Validation: an LM judge checks each QA pair against the document for faithfulness and relevancy, and verifies the question is answerable.
Tagging and deduplication: outputs are tagged and near-duplicates are removed.

Sample output

Generated data lands in output/instructlab/knowledge/textbook/science/biology/photosynthesis/final_data.jsonl:

{
  "task_name": "instructlab/knowledge/textbook/science/biology/photosynthesis",
  "is_seed": false,
  "question": "What role does photosynthesis play in the global carbon cycle?",
  "answer": "Photosynthesis removes carbon dioxide from the atmosphere and converts it into carbohydrates stored in plant tissue. This process counteracts the carbon dioxide released by burning fossil fuels, making photosynthesis a critical regulator of atmospheric carbon and therefore of global climate.",
  "domain": "biology",
  "context": "..."
}

Using a different model or provider

Both databuilders default to granite4:3b via Ollama.
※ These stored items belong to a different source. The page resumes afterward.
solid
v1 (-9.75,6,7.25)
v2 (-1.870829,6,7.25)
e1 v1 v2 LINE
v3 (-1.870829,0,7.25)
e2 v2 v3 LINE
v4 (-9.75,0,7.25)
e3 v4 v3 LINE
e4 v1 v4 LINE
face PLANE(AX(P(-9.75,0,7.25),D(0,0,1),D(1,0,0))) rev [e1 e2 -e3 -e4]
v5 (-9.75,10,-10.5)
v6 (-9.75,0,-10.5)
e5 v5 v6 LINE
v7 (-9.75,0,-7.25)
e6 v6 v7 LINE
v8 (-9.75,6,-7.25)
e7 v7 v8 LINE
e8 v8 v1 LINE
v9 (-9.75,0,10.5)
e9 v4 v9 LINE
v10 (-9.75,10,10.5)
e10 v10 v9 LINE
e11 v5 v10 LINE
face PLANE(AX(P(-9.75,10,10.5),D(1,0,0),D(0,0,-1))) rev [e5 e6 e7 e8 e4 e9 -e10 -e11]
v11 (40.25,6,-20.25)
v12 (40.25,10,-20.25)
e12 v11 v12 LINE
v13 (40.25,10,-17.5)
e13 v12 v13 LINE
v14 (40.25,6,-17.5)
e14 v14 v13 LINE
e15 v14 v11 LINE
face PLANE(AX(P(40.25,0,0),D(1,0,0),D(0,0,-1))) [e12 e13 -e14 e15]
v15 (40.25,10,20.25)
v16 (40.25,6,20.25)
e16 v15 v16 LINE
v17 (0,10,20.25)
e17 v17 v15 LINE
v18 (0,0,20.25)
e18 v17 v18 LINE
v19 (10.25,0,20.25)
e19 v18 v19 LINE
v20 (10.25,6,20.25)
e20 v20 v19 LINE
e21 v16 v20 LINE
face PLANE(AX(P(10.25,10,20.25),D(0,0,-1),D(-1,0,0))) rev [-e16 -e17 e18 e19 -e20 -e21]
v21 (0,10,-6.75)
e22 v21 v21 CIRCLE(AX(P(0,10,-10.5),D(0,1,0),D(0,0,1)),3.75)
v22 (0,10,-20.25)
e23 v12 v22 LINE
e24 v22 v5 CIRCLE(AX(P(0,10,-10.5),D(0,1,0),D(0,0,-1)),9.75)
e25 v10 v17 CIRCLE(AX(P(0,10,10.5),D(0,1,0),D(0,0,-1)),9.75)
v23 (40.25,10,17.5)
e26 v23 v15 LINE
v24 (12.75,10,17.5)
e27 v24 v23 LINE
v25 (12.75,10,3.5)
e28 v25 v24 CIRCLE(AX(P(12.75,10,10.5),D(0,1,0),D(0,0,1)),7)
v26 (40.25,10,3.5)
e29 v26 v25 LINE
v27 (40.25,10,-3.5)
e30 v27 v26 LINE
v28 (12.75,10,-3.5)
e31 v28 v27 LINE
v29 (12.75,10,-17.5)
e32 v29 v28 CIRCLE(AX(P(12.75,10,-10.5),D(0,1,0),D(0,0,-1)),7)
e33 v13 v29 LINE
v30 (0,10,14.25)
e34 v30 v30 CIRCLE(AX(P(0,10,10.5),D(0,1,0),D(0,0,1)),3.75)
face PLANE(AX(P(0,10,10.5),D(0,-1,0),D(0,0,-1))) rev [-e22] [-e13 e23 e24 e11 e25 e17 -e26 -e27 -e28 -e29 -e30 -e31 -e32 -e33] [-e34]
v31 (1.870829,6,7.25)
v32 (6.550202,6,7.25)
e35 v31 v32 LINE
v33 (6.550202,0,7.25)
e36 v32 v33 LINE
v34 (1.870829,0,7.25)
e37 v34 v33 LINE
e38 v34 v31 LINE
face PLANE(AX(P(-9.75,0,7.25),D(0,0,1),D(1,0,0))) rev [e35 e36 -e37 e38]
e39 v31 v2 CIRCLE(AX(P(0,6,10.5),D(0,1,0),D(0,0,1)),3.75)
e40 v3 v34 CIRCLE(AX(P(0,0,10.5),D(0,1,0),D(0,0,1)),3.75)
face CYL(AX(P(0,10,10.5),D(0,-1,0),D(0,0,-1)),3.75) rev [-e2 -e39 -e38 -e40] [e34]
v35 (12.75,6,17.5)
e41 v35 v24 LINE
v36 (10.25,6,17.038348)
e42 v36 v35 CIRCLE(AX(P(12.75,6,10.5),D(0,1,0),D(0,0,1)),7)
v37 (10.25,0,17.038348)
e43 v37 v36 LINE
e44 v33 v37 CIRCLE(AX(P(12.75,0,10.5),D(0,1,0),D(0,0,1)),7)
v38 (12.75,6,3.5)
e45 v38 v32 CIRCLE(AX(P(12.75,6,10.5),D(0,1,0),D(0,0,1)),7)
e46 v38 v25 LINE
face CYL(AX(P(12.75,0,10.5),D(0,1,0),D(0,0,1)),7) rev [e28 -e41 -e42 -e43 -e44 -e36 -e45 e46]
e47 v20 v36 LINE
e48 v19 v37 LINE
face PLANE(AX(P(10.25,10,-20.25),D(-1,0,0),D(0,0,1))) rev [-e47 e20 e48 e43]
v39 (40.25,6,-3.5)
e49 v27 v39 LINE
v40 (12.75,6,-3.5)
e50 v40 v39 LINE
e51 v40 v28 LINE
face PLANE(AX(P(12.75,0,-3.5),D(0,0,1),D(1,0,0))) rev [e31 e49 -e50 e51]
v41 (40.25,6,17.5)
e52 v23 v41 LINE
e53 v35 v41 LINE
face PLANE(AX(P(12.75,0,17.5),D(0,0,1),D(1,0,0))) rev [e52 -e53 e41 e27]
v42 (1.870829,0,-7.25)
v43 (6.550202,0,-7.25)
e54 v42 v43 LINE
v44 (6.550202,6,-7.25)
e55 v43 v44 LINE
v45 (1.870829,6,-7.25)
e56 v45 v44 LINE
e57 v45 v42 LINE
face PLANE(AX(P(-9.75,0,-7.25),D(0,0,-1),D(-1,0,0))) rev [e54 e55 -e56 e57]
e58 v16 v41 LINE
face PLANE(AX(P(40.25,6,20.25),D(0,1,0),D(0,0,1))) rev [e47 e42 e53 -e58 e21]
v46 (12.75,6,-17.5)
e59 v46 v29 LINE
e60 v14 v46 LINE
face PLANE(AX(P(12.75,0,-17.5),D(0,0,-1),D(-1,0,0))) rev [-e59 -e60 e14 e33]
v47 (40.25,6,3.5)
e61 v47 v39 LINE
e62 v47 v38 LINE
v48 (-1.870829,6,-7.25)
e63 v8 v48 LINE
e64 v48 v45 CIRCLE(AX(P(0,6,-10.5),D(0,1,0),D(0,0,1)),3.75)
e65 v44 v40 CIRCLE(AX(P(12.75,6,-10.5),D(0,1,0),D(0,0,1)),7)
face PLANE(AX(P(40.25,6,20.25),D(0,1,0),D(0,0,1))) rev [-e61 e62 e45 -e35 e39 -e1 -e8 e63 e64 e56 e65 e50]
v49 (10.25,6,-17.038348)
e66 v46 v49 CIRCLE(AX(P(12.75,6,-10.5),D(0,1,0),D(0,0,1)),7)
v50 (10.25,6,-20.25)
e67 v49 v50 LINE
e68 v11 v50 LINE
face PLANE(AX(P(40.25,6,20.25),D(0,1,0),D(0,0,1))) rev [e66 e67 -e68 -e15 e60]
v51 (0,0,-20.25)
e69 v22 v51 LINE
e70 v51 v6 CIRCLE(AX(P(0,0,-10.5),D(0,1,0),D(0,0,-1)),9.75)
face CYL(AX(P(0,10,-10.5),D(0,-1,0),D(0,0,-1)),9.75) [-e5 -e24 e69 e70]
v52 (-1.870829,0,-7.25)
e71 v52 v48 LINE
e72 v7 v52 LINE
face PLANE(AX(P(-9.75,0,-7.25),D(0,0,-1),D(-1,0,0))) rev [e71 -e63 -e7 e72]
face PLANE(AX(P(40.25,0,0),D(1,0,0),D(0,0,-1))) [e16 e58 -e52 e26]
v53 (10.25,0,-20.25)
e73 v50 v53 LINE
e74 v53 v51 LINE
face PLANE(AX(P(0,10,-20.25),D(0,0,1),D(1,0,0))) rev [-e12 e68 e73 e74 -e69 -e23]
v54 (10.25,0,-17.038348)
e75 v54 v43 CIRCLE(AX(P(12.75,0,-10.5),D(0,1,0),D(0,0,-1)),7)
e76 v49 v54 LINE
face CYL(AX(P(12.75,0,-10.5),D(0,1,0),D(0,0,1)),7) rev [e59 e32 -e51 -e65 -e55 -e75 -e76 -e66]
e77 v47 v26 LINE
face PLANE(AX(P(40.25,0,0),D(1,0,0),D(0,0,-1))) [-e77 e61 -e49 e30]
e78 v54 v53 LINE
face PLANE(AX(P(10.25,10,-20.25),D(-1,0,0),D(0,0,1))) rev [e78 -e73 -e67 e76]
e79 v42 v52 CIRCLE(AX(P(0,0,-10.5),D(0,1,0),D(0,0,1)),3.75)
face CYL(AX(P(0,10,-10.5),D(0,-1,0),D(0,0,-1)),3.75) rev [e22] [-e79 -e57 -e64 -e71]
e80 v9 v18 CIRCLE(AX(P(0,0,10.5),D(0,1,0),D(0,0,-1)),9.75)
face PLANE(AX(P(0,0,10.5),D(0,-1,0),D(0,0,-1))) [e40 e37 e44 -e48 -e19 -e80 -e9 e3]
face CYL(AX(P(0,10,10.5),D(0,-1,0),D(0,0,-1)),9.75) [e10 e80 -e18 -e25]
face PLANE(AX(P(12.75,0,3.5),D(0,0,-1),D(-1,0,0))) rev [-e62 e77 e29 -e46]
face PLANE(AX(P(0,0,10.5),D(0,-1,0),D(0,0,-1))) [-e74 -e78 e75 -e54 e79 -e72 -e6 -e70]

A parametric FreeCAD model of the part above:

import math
import FreeCAD as App
import Part
import Sketcher
from FreeCAD import Vector

doc = App.newDocument("Part")
body = doc.addObject("PartDesign::Body", "Body")

sketch1 = body.newObject("Sketcher::SketchObject", "Sketch")
sketch1.AttachmentSupport = (doc.getObject("XZ_Plane"), [""])
sketch1.MapMode = "FlatFace"
sketch1.addGeometry([
    Part.LineSegment(Vector(-9.8, -10.5, 0), Vector(-9.8, 10.5, 0)),
    Part.ArcOfCircle(Part.Circle(Vector(0, 10.5, 0), Vector(0, 0, 1), 9.7), math.radians(90), math.radians(180)),
    Part.LineSegment(Vector(0, 20.2, 0), Vector(10.2, 20.2, 0)),
    Part.LineSegment(Vector(10.2, 20.2, 0), Vector(10.2, -20.2, 0)),
    Part.LineSegment(Vector(10.2, -20.2, 0), Vector(0, -20.2, 0)),
    Part.ArcOfCircle(Part.Circle(Vector(0, -10.5, 0), Vector(0, 0, 1), 9.7), math.radians(180), math.radians(270)),
    Part.Circle(Vector(0, 10.5, 0), Vector(0, 0, 1), 3.8),
    Part.Circle(Vector(0, -10.5, 0), Vector(0, 0, 1), 3.8),
], False)
sketch1.addConstraint([
    Sketcher.Constraint("Tangent", 0, 2, 1, 2),
    Sketcher.Constraint("Tangent", 1, 1, 2, 1),
    Sketcher.Constraint("Coincident", 2, 2, 3, 1),
    Sketcher.Constraint("Coincident", 3, 2, 4, 1),
    Sketcher.Constraint("Tangent", 4, 2, 5, 2),
    Sketcher.Constraint("Tangent", 5, 1, 0, 1),
    Sketcher.Constraint("Vertical", 0),
    Sketcher.Constraint("Horizontal", 2),
    Sketcher.Constraint("Vertical", 3),
    Sketcher.Constraint("Horizontal", 4),
    Sketcher.Constraint("Coincident", 6, 3, 1, 3),
    Sketcher.Constraint("Coincident", 7, 3, 5, 3),
    Sketcher.Constraint("Equal", 1, 5),
    Sketcher.Constraint("Equal", 6, 7),
    Sketcher.Constraint("Symmetric", 1, 3, 5, 3, -1, 1),
    Sketcher.Constraint("Diameter", 6, 7.5),
    Sketcher.Constraint("DistanceY", 0, 1, 0, 2, 21.0),
    Sketcher.Constraint("Radius", 1, 9.75),
    Sketcher.Constraint("DistanceX", 0, 2, 2, 2, 20.0),
])
pad1 = body.newObject("PartDesign::Pad", "Pad")
pad1.Profile = sketch1
pad1.Length = 10
pad1.Reversed = True

sketch2 = body.newObject("Sketcher::SketchObject", "Sketch001")
sketch2.AttachmentSupport = (doc.getObject("YZ_Plane"), [""])
sketch2.MapMode = "FlatFace"
sketch2.AttachmentOffset = App.Placement(Vector(0, 0, 10.25), App.Rotation())
sketch2.addGeometry([
    Part.LineSegment(Vector(10, 20.2, 0), Vector(6, 20.2, 0)),
    Part.LineSegment(Vector(6, 20.2, 0), Vector(6, -20.2, 0)),
    Part.LineSegment(Vector(6, -20.2, 0), Vector(10, -20.2, 0)),
    Part.LineSegment(Vector(10, -20.2, 0), Vector(10, 20.2, 0)),
], False)
sketch2.addConstraint([
    Sketcher.Constraint("Coincident", 0, 2, 1, 1),
    Sketcher.Constraint("Coincident", 1, 2, 2, 1),
    Sketcher.Constraint("Coincident", 2, 2, 3, 1),
    Sketcher.Constraint("Coincident", 3, 2, 0, 1),
    Sketcher.Constraint("Horizontal", 0),
    Sketcher.Constraint("Vertical", 1),
    Sketcher.Constraint("Horizontal", 2),
    Sketcher.Constraint("Vertical", 3),
    Sketcher.Constraint("DistanceX", 0, 2, 0, 1, 4.0),
    Sketcher.Constraint("DistanceY", 1, 2, 1, 1, 40.5),
    Sketcher.Constraint("DistanceX", -1, 1, 0, 2, 6.0),
    Sketcher.Constraint("DistanceY", -1, 1, 0, 2, 20.25),
])
pad2 = body.newObject("PartDesign::Pad", "Pad001")
pad2.Profile = sketch2
pad2.Length = 30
To switch to a cloud provider, pass a config file:

python -m fms_dgt.public \
  --task-paths ./tasks/public/instructlab/skills/writing/freeform/debate/task.yaml \
  --config-path ./configs/public/instructlab/watsonx_skills.yaml \
  --num-outputs-to-generate 20 \
  --restart

See Changing the LM Engine for details on all supported providers.

Next steps

Add your own documents to the knowledge databuilder by creating a new task YAML under tasks/public/instructlab/knowledge/.
Add your own skills by creating a new task YAML under tasks/public/instructlab/skills/.
Read the Skills README and Knowledge README for the full list of task parameters.